%%
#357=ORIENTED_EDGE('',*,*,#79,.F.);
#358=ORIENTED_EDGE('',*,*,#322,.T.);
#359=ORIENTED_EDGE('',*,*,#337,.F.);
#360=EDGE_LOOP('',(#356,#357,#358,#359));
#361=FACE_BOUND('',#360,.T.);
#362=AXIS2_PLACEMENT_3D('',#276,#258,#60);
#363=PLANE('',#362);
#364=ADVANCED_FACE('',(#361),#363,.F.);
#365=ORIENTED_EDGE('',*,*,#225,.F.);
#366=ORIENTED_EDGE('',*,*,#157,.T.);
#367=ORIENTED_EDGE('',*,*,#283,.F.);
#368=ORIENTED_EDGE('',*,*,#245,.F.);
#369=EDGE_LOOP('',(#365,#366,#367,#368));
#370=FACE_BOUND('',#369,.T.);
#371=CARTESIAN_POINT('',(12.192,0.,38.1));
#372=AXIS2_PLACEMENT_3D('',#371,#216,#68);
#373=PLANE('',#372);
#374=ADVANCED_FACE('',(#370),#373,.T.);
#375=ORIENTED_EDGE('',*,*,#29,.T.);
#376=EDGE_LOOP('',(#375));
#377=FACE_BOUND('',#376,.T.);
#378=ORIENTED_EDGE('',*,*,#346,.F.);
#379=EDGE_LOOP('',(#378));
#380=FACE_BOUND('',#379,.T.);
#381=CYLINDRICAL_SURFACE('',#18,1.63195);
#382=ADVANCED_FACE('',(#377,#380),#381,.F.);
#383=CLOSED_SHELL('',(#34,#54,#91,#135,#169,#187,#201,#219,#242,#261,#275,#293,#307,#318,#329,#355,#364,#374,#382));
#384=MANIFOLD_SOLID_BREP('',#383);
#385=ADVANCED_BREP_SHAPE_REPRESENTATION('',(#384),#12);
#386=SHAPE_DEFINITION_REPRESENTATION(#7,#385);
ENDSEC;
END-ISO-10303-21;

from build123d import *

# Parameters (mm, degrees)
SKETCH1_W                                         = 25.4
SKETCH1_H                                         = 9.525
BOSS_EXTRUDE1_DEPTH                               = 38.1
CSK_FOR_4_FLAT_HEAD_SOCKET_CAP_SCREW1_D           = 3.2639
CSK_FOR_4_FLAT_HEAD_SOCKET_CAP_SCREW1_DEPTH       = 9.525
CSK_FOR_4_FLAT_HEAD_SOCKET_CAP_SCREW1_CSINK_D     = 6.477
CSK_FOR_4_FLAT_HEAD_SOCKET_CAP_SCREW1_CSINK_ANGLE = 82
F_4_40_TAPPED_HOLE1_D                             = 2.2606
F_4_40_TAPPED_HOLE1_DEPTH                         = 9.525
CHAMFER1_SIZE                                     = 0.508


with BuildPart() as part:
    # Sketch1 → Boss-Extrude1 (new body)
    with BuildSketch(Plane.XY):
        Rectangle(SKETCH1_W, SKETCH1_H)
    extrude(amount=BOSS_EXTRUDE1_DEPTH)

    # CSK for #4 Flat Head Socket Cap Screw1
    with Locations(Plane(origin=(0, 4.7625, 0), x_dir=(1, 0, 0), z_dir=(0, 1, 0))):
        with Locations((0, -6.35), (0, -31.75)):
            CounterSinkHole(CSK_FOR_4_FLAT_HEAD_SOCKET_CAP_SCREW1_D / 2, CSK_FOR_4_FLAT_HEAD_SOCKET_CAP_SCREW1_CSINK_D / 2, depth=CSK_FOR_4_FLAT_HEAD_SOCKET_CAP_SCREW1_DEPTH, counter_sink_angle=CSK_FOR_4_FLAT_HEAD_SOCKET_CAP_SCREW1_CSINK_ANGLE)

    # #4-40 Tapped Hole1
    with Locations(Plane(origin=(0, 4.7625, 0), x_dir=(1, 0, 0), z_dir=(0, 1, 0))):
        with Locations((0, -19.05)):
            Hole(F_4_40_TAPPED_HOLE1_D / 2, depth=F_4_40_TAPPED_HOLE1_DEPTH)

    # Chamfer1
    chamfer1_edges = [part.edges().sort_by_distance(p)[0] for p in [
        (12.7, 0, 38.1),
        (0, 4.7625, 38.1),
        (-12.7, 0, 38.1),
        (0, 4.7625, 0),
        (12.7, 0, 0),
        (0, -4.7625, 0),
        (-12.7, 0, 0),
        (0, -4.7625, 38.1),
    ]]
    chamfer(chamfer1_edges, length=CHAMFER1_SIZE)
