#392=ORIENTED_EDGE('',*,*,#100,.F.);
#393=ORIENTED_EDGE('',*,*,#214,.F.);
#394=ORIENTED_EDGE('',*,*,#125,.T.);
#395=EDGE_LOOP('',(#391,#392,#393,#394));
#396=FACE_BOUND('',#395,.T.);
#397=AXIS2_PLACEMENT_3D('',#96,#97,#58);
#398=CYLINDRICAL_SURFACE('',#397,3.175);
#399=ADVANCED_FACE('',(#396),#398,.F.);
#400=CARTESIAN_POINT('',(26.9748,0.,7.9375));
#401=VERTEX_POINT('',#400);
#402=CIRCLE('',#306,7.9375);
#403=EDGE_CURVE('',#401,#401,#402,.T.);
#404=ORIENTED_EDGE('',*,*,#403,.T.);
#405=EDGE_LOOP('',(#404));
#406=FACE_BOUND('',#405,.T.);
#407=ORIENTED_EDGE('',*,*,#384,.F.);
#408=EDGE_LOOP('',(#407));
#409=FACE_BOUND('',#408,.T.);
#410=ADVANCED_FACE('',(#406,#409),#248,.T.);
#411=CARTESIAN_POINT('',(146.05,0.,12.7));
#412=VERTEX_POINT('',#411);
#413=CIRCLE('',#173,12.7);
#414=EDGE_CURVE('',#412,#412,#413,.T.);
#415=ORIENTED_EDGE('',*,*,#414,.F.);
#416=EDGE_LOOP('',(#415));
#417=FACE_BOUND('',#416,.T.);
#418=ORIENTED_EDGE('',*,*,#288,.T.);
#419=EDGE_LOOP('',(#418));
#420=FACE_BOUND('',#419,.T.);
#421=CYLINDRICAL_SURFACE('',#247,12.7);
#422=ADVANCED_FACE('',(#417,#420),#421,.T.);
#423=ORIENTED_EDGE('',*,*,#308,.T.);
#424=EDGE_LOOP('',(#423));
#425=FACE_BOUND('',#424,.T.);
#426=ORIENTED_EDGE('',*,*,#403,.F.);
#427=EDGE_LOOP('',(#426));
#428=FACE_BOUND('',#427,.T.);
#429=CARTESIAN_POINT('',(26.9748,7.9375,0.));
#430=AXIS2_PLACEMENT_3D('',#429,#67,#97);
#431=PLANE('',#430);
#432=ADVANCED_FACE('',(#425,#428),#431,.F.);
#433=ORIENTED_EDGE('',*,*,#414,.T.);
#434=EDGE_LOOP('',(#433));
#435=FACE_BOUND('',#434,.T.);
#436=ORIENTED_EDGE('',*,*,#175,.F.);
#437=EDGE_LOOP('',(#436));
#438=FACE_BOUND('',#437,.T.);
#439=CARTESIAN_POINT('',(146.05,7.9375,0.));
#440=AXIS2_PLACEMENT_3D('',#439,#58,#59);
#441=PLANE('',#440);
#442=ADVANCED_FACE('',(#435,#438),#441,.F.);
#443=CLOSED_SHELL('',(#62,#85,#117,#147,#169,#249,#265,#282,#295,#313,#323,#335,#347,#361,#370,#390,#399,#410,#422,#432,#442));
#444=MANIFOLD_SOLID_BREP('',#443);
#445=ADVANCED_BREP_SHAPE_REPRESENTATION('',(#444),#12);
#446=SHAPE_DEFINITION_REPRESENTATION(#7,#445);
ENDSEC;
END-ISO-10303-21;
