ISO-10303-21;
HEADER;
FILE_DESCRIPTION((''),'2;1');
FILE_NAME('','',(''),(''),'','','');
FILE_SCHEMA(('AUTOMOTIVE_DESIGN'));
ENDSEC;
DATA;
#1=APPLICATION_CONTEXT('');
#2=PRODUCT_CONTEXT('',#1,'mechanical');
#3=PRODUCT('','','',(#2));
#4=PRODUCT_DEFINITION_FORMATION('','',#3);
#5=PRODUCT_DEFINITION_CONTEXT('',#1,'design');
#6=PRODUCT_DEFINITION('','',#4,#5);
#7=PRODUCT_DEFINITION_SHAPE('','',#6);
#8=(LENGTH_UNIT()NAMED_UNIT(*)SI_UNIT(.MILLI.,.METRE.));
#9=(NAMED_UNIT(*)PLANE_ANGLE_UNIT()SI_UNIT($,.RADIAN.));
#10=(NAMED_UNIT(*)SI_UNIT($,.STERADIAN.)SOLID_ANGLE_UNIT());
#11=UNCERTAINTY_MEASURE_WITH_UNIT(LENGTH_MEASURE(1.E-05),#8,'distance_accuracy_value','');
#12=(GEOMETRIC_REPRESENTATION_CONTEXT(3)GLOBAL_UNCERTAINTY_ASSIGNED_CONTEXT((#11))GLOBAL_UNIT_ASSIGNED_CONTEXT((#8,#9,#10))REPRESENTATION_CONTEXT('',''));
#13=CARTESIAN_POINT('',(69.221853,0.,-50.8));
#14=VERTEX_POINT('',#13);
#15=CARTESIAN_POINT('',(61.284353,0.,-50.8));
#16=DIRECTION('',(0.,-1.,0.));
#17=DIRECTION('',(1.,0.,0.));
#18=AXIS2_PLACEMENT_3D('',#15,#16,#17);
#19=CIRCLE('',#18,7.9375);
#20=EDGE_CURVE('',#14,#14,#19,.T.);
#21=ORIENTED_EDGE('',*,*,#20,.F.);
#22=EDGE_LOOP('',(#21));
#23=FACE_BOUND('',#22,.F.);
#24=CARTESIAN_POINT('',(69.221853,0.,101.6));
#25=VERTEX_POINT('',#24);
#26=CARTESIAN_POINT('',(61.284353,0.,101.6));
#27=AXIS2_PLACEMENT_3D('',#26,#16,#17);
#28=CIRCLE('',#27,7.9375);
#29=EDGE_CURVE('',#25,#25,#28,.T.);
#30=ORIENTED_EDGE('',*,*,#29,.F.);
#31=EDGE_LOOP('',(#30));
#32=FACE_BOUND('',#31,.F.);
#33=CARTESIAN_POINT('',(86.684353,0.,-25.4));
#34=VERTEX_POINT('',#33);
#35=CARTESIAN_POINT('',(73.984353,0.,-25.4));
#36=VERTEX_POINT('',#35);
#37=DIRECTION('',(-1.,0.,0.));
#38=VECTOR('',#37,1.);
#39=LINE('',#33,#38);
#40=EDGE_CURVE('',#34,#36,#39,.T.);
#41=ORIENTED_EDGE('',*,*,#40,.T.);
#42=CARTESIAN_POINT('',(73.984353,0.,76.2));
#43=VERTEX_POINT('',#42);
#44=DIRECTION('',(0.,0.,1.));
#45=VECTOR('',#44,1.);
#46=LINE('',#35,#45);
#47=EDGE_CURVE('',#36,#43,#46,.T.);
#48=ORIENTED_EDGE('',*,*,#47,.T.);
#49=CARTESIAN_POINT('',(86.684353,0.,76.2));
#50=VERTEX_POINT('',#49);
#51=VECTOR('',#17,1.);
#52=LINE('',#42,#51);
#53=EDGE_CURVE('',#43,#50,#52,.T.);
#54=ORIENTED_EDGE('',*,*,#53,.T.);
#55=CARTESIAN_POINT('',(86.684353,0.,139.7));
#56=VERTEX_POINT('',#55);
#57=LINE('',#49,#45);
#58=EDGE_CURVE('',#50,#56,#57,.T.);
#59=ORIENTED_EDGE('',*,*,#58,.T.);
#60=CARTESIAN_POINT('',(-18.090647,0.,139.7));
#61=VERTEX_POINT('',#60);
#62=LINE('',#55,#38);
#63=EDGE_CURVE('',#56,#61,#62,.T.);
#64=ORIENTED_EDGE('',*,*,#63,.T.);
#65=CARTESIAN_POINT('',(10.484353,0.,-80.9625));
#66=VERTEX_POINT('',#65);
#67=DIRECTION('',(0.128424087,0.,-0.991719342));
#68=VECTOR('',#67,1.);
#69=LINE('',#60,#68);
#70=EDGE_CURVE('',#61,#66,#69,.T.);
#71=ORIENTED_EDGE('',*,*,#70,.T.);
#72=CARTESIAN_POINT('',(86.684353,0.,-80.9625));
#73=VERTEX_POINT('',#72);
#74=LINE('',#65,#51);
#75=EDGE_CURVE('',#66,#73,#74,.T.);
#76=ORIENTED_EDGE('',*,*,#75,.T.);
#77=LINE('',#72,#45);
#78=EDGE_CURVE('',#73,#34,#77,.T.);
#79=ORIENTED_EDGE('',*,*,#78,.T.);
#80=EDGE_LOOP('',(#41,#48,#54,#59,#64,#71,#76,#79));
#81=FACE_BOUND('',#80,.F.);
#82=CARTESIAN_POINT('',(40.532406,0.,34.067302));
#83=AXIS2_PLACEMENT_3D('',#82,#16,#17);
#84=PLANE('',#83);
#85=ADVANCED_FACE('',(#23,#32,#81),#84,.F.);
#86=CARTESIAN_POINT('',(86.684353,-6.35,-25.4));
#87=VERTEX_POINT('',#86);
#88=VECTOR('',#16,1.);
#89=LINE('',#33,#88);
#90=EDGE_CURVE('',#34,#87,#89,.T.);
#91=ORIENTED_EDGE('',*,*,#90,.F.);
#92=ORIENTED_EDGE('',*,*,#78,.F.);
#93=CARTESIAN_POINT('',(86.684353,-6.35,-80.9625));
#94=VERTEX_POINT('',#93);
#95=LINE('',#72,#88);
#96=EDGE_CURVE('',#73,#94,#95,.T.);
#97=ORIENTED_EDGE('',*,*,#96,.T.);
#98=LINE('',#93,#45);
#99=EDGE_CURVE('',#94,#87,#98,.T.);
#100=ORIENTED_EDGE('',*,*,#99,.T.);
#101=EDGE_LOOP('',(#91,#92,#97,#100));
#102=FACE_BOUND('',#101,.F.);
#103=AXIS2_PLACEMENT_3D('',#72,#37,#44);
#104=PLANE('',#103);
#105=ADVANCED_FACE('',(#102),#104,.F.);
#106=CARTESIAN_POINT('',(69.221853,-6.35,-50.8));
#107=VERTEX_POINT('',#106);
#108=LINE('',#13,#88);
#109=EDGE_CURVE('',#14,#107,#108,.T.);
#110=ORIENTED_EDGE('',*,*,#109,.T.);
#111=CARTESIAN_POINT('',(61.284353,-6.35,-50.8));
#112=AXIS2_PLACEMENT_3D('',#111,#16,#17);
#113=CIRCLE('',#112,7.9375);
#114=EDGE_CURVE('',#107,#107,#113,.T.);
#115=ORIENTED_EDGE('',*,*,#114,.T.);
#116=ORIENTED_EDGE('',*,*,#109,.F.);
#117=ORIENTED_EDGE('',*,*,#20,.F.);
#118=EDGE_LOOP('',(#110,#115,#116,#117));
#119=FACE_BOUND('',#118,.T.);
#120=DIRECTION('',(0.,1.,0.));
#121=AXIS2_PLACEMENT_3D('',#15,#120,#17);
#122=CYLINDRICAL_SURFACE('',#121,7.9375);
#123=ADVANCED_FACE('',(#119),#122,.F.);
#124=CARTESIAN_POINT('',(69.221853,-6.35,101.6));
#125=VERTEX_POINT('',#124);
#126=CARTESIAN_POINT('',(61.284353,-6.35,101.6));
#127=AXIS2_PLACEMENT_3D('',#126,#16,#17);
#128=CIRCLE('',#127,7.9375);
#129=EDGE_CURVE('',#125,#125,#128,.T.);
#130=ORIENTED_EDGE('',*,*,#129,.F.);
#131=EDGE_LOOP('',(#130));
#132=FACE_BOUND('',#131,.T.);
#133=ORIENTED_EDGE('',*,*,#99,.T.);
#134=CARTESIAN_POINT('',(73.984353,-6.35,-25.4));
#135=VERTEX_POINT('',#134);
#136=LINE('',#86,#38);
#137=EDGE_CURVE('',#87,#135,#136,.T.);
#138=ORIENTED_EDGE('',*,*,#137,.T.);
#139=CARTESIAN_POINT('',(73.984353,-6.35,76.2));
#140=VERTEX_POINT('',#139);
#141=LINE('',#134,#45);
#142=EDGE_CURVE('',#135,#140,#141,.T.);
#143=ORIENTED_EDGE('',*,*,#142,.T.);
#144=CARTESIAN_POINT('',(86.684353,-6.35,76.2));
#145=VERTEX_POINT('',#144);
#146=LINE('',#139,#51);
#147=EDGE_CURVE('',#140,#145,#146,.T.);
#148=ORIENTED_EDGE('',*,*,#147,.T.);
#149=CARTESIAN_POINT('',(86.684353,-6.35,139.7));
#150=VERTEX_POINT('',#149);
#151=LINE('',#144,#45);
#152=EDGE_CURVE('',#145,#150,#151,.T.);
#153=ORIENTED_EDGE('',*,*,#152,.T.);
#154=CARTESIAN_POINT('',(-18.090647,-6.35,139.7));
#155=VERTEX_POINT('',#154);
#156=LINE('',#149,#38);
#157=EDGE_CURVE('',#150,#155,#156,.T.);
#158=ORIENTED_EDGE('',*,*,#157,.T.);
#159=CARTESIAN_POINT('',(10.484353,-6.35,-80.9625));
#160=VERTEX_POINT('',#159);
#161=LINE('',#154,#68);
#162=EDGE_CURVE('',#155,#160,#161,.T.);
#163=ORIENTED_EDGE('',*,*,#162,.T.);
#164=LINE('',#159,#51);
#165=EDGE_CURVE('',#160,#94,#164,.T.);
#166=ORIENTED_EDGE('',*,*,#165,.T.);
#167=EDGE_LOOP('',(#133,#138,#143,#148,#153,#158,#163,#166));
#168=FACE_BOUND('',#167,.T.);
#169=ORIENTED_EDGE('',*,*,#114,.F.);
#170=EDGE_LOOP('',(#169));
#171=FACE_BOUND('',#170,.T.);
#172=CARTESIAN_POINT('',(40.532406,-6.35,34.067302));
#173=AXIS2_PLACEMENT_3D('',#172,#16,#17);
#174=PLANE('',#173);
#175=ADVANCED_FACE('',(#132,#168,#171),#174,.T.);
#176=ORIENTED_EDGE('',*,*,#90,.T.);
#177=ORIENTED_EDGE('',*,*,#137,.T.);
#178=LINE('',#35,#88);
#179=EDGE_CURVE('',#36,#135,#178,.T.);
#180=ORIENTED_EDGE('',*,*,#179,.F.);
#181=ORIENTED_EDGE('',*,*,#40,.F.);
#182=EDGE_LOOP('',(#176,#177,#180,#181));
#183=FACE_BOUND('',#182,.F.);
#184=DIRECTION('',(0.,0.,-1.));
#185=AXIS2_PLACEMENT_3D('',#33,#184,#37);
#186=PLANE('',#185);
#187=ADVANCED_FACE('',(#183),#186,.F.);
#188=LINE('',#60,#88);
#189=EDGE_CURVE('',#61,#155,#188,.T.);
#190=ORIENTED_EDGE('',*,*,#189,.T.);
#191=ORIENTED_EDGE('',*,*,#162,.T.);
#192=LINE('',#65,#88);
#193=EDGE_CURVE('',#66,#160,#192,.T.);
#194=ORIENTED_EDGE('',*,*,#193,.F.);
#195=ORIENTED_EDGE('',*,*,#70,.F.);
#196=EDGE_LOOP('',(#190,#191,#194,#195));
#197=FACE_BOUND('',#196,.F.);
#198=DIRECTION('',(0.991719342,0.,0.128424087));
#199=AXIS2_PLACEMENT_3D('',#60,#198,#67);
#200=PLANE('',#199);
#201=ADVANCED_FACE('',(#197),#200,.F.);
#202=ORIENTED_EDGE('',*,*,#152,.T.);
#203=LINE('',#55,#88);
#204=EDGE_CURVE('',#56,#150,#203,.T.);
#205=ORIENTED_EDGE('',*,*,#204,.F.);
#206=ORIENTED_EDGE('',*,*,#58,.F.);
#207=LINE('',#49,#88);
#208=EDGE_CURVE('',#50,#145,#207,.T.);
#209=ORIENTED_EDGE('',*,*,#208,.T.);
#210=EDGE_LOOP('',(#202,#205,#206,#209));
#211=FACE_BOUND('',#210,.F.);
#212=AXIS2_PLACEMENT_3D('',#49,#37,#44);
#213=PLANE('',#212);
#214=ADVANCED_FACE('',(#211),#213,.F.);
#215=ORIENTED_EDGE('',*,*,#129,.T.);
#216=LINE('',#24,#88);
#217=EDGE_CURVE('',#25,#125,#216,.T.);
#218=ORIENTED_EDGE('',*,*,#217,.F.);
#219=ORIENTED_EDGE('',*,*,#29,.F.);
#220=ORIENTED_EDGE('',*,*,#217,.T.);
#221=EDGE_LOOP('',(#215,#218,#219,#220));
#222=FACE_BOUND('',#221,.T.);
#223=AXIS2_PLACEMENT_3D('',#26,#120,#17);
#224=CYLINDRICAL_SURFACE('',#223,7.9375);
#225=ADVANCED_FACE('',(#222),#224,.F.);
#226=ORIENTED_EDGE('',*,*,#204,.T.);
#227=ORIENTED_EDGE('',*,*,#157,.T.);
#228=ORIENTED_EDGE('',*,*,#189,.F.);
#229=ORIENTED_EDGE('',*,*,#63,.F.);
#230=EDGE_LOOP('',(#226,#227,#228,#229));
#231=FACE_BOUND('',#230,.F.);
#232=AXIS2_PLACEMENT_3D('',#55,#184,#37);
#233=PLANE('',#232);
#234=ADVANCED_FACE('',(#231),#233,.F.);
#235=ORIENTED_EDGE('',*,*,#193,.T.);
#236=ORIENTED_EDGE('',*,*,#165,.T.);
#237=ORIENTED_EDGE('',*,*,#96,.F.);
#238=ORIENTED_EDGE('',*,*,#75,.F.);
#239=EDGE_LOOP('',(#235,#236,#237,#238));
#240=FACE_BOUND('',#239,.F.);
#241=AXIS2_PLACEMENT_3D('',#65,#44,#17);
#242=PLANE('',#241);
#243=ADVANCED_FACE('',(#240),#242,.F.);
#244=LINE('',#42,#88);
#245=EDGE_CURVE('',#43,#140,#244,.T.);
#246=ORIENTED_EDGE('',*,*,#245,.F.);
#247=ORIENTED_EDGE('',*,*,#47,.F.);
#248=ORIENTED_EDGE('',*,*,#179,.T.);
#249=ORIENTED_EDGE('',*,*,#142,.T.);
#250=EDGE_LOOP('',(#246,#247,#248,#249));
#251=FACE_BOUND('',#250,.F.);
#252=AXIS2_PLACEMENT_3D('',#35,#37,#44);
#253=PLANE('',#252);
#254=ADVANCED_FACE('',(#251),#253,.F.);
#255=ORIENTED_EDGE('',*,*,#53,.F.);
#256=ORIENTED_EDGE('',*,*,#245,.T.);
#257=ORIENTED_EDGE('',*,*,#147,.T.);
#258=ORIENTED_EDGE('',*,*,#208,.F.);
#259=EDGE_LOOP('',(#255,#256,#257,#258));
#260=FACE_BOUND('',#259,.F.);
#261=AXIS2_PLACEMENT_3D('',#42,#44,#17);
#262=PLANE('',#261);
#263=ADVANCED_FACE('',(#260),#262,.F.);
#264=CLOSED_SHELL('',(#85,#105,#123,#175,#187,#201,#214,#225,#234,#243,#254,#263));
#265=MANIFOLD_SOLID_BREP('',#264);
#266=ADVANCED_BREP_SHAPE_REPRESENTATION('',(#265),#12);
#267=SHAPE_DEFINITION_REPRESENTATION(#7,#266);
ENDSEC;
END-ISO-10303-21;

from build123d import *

# Parameters (mm, degrees)
F0_R     = 7.9375
F1_DEPTH = 6.35


with BuildPart() as f1:
    # F0 (on Front) → F1 (new body)
    with BuildSketch(Plane.XZ):
        Polygon((86.684353, 139.7), (-18.090647, 139.7), (10.484353, -80.9625), (86.684353, -80.9625), (86.684353, -25.4), (73.984353, -25.4), (73.984353, 76.2), (86.684353, 76.2), align=None)
        with Locations((61.284353, -50.8)):
            Circle(F0_R, mode=Mode.SUBTRACT)
        with Locations((61.284353, 101.6)):
            Circle(F0_R, mode=Mode.SUBTRACT)
    extrude(amount=F1_DEPTH)


solid = f1.part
%%
> **The problem**: From the material above, copy exactly the lines between the line holding "#36=VERTEX_POINT('',#35);" and the line holding "#58=EDGE_CURVE('',#50,#56,#57,.T.);", inclusive, and only those.

> **Response to this task**:
#36=VERTEX_POINT('',#35);
#37=DIRECTION('',(-1.,0.,0.));
#38=VECTOR('',#37,1.);
#39=LINE('',#33,#38);
#40=EDGE_CURVE('',#34,#36,#39,.T.);
#41=ORIENTED_EDGE('',*,*,#40,.T.);
#42=CARTESIAN_POINT('',(73.984353,0.,76.2));
#43=VERTEX_POINT('',#42);
#44=DIRECTION('',(0.,0.,1.));
#45=VECTOR('',#44,1.);
#46=LINE('',#35,#45);
#47=EDGE_CURVE('',#36,#43,#46,.T.);
#48=ORIENTED_EDGE('',*,*,#47,.T.);
#49=CARTESIAN_POINT('',(86.684353,0.,76.2));
#50=VERTEX_POINT('',#49);
#51=VECTOR('',#17,1.);
#52=LINE('',#42,#51);
#53=EDGE_CURVE('',#43,#50,#52,.T.);
#54=ORIENTED_EDGE('',*,*,#53,.T.);
#55=CARTESIAN_POINT('',(86.684353,0.,139.7));
#56=VERTEX_POINT('',#55);
#57=LINE('',#49,#45);
#58=EDGE_CURVE('',#50,#56,#57,.T.);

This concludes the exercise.